### [Task instructions]
Please copy, exactly as they appear below, the lines from the one containing "f 197 196 26" through the one containing "f 213 212 72".

-------- Data shown --------

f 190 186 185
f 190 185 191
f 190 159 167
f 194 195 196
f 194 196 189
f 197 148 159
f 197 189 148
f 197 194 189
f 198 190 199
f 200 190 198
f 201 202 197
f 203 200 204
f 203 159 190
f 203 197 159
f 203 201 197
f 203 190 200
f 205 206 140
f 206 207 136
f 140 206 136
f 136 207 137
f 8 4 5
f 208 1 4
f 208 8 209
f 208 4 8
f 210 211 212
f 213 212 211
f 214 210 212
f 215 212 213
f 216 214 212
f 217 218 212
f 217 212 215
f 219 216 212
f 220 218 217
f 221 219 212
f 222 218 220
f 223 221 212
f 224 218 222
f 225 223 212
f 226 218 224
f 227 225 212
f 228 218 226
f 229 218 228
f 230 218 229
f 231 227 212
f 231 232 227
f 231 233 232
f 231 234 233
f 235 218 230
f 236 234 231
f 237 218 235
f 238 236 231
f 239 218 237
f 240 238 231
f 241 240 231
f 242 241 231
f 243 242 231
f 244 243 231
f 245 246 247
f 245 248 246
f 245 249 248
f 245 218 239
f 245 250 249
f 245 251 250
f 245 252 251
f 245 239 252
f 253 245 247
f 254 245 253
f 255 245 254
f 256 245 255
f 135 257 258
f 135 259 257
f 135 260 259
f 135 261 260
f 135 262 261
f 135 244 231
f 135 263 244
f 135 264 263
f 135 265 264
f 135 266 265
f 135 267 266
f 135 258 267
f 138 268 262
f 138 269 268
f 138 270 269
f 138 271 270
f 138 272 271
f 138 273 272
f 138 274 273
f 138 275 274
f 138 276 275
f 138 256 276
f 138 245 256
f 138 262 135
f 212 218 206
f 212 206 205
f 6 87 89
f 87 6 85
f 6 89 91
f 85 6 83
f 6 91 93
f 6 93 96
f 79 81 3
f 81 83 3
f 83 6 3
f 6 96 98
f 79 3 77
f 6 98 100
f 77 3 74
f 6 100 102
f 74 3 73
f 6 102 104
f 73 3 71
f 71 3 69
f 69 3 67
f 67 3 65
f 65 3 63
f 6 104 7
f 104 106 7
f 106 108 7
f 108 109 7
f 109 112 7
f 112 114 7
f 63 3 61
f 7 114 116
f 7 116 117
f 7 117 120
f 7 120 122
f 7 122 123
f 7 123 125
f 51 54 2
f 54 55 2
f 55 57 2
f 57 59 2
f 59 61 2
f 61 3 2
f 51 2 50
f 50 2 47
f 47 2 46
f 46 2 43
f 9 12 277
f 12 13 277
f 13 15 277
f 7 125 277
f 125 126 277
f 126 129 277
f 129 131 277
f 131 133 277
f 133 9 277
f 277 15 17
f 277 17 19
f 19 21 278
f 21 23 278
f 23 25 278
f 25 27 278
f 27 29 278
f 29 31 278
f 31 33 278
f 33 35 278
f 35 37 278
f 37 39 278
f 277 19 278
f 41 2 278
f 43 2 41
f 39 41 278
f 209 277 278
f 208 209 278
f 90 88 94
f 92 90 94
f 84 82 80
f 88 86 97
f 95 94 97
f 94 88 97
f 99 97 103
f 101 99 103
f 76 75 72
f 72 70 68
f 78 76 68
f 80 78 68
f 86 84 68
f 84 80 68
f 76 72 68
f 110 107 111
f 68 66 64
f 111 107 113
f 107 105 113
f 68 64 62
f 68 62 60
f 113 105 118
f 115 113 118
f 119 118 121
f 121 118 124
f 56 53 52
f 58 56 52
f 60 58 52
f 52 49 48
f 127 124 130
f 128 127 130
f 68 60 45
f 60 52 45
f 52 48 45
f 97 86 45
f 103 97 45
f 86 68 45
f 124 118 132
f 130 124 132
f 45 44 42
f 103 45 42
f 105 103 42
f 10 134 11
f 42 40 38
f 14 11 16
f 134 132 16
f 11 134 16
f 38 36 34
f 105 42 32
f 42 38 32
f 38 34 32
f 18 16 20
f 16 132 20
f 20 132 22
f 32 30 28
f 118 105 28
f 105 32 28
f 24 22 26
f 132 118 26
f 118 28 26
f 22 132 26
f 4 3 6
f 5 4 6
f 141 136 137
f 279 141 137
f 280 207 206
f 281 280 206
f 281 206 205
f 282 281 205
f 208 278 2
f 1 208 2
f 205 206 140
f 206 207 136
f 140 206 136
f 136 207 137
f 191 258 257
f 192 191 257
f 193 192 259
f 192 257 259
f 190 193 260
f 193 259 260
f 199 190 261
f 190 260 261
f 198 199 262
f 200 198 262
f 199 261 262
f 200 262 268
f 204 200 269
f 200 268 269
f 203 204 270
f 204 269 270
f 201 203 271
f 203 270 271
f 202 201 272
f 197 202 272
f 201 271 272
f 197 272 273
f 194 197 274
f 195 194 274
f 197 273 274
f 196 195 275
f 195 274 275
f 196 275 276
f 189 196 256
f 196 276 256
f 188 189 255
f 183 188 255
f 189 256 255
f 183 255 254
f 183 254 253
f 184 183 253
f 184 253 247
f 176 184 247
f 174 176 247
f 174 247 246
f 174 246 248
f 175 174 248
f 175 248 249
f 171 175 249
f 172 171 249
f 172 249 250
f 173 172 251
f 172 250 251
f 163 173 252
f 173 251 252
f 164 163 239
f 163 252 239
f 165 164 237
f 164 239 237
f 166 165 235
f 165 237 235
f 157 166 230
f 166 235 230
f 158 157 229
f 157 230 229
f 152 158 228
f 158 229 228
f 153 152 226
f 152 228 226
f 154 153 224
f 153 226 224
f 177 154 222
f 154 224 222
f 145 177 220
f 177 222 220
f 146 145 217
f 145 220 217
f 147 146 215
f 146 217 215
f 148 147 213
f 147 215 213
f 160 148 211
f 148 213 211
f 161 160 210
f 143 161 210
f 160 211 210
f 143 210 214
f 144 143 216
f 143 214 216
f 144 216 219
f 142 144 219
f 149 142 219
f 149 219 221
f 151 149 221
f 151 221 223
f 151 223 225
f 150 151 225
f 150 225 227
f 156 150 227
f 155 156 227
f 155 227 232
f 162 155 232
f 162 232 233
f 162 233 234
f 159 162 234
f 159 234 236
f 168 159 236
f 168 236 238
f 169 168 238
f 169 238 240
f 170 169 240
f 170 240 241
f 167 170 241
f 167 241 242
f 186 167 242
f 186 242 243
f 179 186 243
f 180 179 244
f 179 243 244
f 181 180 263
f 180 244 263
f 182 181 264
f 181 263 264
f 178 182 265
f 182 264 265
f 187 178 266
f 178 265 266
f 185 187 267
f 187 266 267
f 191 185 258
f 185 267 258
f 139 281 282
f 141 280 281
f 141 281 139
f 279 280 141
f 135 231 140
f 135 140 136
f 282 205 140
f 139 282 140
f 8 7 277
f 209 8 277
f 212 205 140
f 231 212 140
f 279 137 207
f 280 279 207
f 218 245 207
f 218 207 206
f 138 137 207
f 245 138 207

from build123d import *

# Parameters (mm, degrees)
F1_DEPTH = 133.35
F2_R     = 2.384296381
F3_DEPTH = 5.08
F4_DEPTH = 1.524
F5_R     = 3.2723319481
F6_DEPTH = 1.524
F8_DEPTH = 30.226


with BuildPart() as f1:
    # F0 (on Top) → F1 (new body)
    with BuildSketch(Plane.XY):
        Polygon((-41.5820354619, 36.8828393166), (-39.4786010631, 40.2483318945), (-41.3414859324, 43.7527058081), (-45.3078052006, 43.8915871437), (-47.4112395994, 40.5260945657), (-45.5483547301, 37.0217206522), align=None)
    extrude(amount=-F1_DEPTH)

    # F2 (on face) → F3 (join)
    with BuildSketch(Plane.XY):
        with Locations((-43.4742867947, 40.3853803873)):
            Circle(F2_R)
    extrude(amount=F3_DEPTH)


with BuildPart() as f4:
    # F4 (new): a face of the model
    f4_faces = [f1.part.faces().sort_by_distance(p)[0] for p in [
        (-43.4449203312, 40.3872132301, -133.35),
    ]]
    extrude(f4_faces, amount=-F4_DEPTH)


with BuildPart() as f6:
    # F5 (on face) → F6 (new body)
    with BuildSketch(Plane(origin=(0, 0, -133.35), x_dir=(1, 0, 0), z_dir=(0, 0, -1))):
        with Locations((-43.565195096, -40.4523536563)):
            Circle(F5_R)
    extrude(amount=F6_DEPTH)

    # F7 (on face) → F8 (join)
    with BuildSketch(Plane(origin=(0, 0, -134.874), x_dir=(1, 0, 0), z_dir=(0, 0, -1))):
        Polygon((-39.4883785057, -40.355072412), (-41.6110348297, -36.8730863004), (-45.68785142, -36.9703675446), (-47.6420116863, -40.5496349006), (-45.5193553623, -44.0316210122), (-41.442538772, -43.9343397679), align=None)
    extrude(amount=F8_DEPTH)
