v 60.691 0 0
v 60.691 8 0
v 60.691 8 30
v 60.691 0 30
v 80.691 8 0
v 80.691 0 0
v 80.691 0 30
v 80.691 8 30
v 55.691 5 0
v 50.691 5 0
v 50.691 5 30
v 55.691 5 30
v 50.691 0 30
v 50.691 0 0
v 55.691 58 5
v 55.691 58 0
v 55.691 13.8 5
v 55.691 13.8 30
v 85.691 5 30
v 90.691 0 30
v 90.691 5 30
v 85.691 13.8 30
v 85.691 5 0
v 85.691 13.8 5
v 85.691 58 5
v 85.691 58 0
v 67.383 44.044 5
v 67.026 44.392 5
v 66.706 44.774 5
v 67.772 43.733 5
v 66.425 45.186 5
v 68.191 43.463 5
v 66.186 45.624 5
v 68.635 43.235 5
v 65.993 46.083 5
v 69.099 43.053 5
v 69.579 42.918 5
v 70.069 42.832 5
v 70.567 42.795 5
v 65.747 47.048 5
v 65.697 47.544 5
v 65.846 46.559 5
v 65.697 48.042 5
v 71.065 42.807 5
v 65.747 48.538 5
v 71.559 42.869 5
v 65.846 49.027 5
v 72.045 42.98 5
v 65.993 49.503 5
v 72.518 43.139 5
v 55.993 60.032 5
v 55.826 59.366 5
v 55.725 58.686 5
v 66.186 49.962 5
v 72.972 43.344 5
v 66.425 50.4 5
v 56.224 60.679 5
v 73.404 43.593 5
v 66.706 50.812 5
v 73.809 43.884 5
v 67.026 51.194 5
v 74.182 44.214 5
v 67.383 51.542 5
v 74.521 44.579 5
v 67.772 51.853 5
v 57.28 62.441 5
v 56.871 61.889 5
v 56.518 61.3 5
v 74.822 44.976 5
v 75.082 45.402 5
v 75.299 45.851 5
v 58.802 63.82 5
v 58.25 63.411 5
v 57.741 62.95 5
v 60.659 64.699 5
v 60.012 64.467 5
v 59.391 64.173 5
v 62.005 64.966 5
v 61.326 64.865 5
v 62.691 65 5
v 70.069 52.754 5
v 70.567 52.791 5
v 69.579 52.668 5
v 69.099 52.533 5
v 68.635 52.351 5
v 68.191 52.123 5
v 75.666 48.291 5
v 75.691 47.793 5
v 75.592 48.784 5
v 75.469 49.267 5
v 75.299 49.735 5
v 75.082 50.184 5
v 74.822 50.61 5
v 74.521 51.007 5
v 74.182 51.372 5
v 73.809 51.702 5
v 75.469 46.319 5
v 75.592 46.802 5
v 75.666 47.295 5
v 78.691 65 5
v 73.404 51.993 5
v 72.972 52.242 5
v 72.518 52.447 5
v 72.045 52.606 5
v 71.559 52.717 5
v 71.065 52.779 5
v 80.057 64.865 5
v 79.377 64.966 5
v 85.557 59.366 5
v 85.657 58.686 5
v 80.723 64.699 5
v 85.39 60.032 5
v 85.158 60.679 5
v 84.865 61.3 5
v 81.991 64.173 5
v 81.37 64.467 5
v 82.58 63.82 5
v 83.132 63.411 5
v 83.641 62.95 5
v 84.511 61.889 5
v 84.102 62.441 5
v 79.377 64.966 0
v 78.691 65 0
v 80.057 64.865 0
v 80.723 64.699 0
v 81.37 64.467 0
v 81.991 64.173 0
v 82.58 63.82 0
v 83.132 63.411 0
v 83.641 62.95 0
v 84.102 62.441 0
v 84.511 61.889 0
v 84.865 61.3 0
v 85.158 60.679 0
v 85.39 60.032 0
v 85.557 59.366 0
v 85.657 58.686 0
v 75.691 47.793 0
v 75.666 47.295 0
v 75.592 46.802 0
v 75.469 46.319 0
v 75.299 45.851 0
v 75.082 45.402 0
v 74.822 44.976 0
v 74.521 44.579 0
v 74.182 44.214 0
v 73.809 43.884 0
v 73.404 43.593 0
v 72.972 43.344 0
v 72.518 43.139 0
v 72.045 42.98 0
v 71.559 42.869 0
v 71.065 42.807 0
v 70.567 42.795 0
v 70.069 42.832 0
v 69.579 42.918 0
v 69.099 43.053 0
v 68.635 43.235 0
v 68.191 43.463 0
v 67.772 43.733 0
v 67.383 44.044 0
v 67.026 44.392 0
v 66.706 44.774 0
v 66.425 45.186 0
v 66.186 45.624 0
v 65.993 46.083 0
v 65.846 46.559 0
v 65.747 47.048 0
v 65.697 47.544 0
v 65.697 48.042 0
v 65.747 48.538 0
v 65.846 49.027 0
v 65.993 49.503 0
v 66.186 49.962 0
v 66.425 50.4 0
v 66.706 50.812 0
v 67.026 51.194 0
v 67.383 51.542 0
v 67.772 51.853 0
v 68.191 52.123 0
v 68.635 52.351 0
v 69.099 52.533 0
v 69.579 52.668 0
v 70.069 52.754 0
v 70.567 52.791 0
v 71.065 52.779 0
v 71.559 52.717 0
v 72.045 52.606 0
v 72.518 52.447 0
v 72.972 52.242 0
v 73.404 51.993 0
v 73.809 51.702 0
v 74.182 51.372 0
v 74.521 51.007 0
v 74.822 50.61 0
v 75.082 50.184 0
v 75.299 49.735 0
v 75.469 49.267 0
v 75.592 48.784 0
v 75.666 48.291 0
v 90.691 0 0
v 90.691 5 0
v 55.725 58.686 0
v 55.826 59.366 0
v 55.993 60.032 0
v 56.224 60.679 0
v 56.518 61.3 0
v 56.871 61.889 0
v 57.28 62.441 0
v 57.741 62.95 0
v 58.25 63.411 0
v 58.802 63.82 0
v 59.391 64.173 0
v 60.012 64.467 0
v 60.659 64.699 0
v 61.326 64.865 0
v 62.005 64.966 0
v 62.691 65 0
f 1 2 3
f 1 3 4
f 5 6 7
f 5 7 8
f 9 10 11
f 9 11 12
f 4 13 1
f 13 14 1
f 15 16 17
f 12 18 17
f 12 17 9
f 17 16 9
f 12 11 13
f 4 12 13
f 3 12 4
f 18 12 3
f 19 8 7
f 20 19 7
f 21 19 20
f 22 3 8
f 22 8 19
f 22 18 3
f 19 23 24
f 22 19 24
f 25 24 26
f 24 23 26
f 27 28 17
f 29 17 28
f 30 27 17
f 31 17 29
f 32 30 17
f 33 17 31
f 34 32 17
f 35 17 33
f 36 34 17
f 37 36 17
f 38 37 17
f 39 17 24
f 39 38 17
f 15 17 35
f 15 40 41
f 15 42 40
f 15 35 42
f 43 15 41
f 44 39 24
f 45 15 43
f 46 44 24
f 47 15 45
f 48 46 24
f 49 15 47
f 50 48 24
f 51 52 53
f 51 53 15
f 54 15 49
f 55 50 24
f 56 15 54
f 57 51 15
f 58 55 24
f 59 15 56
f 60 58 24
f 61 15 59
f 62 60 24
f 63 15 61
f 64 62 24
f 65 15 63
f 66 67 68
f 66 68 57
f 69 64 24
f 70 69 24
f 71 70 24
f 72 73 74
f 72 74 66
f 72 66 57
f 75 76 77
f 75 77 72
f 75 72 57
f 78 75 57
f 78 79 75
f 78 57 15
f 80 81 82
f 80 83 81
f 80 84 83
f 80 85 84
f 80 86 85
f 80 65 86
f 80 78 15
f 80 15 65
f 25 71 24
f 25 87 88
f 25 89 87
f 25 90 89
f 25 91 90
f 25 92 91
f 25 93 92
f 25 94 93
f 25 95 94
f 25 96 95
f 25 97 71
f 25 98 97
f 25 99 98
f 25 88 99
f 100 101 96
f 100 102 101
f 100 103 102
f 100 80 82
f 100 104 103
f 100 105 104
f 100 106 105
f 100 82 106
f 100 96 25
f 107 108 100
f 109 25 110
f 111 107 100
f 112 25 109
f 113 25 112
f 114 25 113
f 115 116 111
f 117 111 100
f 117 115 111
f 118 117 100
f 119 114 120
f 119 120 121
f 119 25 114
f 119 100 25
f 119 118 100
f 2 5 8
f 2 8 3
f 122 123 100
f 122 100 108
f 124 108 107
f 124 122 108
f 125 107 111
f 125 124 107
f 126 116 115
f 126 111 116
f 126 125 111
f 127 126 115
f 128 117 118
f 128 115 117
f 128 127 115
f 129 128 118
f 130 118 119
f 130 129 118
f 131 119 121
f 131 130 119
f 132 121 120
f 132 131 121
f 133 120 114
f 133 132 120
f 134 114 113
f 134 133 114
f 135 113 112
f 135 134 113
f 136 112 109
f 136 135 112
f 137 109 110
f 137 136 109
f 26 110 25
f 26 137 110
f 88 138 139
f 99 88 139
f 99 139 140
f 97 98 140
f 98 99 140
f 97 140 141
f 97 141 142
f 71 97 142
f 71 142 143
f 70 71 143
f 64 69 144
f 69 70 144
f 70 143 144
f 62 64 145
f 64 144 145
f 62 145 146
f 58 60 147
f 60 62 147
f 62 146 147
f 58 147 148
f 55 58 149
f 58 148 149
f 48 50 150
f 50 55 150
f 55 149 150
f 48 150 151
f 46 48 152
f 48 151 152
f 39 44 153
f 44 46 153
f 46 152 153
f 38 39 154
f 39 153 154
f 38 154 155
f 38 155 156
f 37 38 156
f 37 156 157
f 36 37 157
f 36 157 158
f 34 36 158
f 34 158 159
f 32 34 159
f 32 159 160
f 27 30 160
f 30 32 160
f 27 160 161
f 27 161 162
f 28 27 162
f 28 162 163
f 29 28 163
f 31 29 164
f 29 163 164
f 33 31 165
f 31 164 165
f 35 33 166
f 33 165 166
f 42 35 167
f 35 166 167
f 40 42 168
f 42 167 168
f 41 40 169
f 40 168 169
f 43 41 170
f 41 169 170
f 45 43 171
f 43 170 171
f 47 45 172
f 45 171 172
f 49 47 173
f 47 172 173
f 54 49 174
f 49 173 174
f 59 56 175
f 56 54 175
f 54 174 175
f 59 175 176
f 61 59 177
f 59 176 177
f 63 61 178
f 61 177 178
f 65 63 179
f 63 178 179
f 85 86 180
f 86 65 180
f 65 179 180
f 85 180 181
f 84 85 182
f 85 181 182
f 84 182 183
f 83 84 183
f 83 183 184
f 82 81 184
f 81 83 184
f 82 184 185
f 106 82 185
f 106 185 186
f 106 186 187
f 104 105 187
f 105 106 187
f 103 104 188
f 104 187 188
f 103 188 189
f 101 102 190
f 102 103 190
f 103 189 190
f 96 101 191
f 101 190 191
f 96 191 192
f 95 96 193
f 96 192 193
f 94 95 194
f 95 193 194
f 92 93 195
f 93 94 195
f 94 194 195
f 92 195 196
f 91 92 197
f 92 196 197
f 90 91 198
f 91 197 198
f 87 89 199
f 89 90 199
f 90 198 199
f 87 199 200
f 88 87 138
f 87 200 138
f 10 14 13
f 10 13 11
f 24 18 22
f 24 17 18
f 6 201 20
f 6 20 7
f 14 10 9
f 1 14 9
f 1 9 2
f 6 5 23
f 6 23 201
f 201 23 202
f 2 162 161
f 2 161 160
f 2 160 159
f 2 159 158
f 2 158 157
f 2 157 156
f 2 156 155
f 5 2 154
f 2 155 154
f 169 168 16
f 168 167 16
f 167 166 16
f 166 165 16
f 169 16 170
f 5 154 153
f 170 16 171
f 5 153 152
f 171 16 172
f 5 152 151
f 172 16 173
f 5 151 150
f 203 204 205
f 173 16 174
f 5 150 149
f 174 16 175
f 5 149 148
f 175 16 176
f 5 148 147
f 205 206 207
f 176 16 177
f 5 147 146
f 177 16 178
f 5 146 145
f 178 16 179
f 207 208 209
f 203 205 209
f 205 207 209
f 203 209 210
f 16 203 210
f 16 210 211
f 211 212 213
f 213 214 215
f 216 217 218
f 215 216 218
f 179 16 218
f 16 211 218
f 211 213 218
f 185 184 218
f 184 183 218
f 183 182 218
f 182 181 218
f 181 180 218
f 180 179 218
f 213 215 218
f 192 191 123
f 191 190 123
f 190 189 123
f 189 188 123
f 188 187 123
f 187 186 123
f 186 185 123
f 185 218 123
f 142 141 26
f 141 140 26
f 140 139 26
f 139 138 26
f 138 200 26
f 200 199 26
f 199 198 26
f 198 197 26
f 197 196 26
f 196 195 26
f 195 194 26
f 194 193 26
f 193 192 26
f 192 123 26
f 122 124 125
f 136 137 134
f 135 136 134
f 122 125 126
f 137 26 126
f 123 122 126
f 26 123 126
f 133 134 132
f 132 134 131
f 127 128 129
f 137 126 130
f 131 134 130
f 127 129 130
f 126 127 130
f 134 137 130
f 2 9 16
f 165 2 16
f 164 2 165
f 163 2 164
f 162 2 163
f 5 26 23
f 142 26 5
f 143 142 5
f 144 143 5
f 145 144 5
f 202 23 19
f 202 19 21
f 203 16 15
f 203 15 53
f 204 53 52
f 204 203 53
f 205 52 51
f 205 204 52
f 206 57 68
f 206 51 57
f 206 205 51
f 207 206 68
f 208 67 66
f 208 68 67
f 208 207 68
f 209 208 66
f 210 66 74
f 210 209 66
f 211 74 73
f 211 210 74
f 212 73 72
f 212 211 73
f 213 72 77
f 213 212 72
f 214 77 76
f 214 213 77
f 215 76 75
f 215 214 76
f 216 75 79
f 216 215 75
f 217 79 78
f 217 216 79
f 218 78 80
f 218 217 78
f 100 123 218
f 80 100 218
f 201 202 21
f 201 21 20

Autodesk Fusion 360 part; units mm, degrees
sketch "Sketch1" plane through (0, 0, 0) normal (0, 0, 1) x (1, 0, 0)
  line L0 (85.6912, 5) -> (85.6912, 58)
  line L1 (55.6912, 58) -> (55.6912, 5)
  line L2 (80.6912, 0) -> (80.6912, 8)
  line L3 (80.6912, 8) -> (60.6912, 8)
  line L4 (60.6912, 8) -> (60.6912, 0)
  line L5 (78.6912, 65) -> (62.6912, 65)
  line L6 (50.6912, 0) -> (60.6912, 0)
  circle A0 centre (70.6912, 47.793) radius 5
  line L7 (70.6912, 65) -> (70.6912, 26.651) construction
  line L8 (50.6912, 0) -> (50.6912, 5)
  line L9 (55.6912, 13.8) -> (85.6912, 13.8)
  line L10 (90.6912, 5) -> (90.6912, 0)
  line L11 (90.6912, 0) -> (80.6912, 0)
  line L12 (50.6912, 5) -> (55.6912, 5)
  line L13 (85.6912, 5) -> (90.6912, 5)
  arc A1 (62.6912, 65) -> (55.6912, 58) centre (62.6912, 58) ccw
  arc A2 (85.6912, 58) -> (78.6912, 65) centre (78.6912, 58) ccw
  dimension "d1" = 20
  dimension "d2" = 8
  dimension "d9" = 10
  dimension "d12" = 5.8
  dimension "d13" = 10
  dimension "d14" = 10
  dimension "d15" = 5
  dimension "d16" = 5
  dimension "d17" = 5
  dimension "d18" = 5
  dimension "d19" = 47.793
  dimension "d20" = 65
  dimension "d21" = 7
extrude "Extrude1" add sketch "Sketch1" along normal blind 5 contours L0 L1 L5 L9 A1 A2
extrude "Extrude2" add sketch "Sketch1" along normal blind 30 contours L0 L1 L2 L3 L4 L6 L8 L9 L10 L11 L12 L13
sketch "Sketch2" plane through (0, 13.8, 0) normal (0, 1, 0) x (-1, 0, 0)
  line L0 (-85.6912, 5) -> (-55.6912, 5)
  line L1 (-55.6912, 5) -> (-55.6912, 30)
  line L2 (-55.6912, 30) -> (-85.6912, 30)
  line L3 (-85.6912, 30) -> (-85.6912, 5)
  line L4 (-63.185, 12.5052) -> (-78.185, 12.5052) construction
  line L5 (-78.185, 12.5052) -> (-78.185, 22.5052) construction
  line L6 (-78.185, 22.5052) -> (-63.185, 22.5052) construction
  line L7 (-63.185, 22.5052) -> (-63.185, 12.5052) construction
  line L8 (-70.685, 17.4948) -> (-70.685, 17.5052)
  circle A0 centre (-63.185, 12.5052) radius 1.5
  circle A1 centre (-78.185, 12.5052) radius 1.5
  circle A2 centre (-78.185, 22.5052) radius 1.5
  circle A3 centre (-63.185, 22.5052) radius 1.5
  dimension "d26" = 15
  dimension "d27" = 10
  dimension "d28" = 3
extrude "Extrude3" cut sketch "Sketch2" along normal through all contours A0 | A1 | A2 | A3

--------

### [Task answer]
f 197 196 26
f 196 195 26
f 195 194 26
f 194 193 26
f 193 192 26
f 192 123 26
f 122 124 125
f 136 137 134
f 135 136 134
f 122 125 126
f 137 26 126
f 123 122 126
f 26 123 126
f 133 134 132
f 132 134 131
f 127 128 129
f 137 126 130
f 131 134 130
f 127 129 130
f 126 127 130
f 134 137 130
f 2 9 16
f 165 2 16
f 164 2 165
f 163 2 164
f 162 2 163
f 5 26 23
f 142 26 5
f 143 142 5
f 144 143 5
f 145 144 5
f 202 23 19
f 202 19 21
f 203 16 15
f 203 15 53
f 204 53 52
f 204 203 53
f 205 52 51
f 205 204 52
f 206 57 68
f 206 51 57
f 206 205 51
f 207 206 68
f 208 67 66
f 208 68 67
f 208 207 68
f 209 208 66
f 210 66 74
f 210 209 66
f 211 74 73
f 211 210 74
f 212 73 72
f 212 211 73
f 213 72 77
f 213 212 72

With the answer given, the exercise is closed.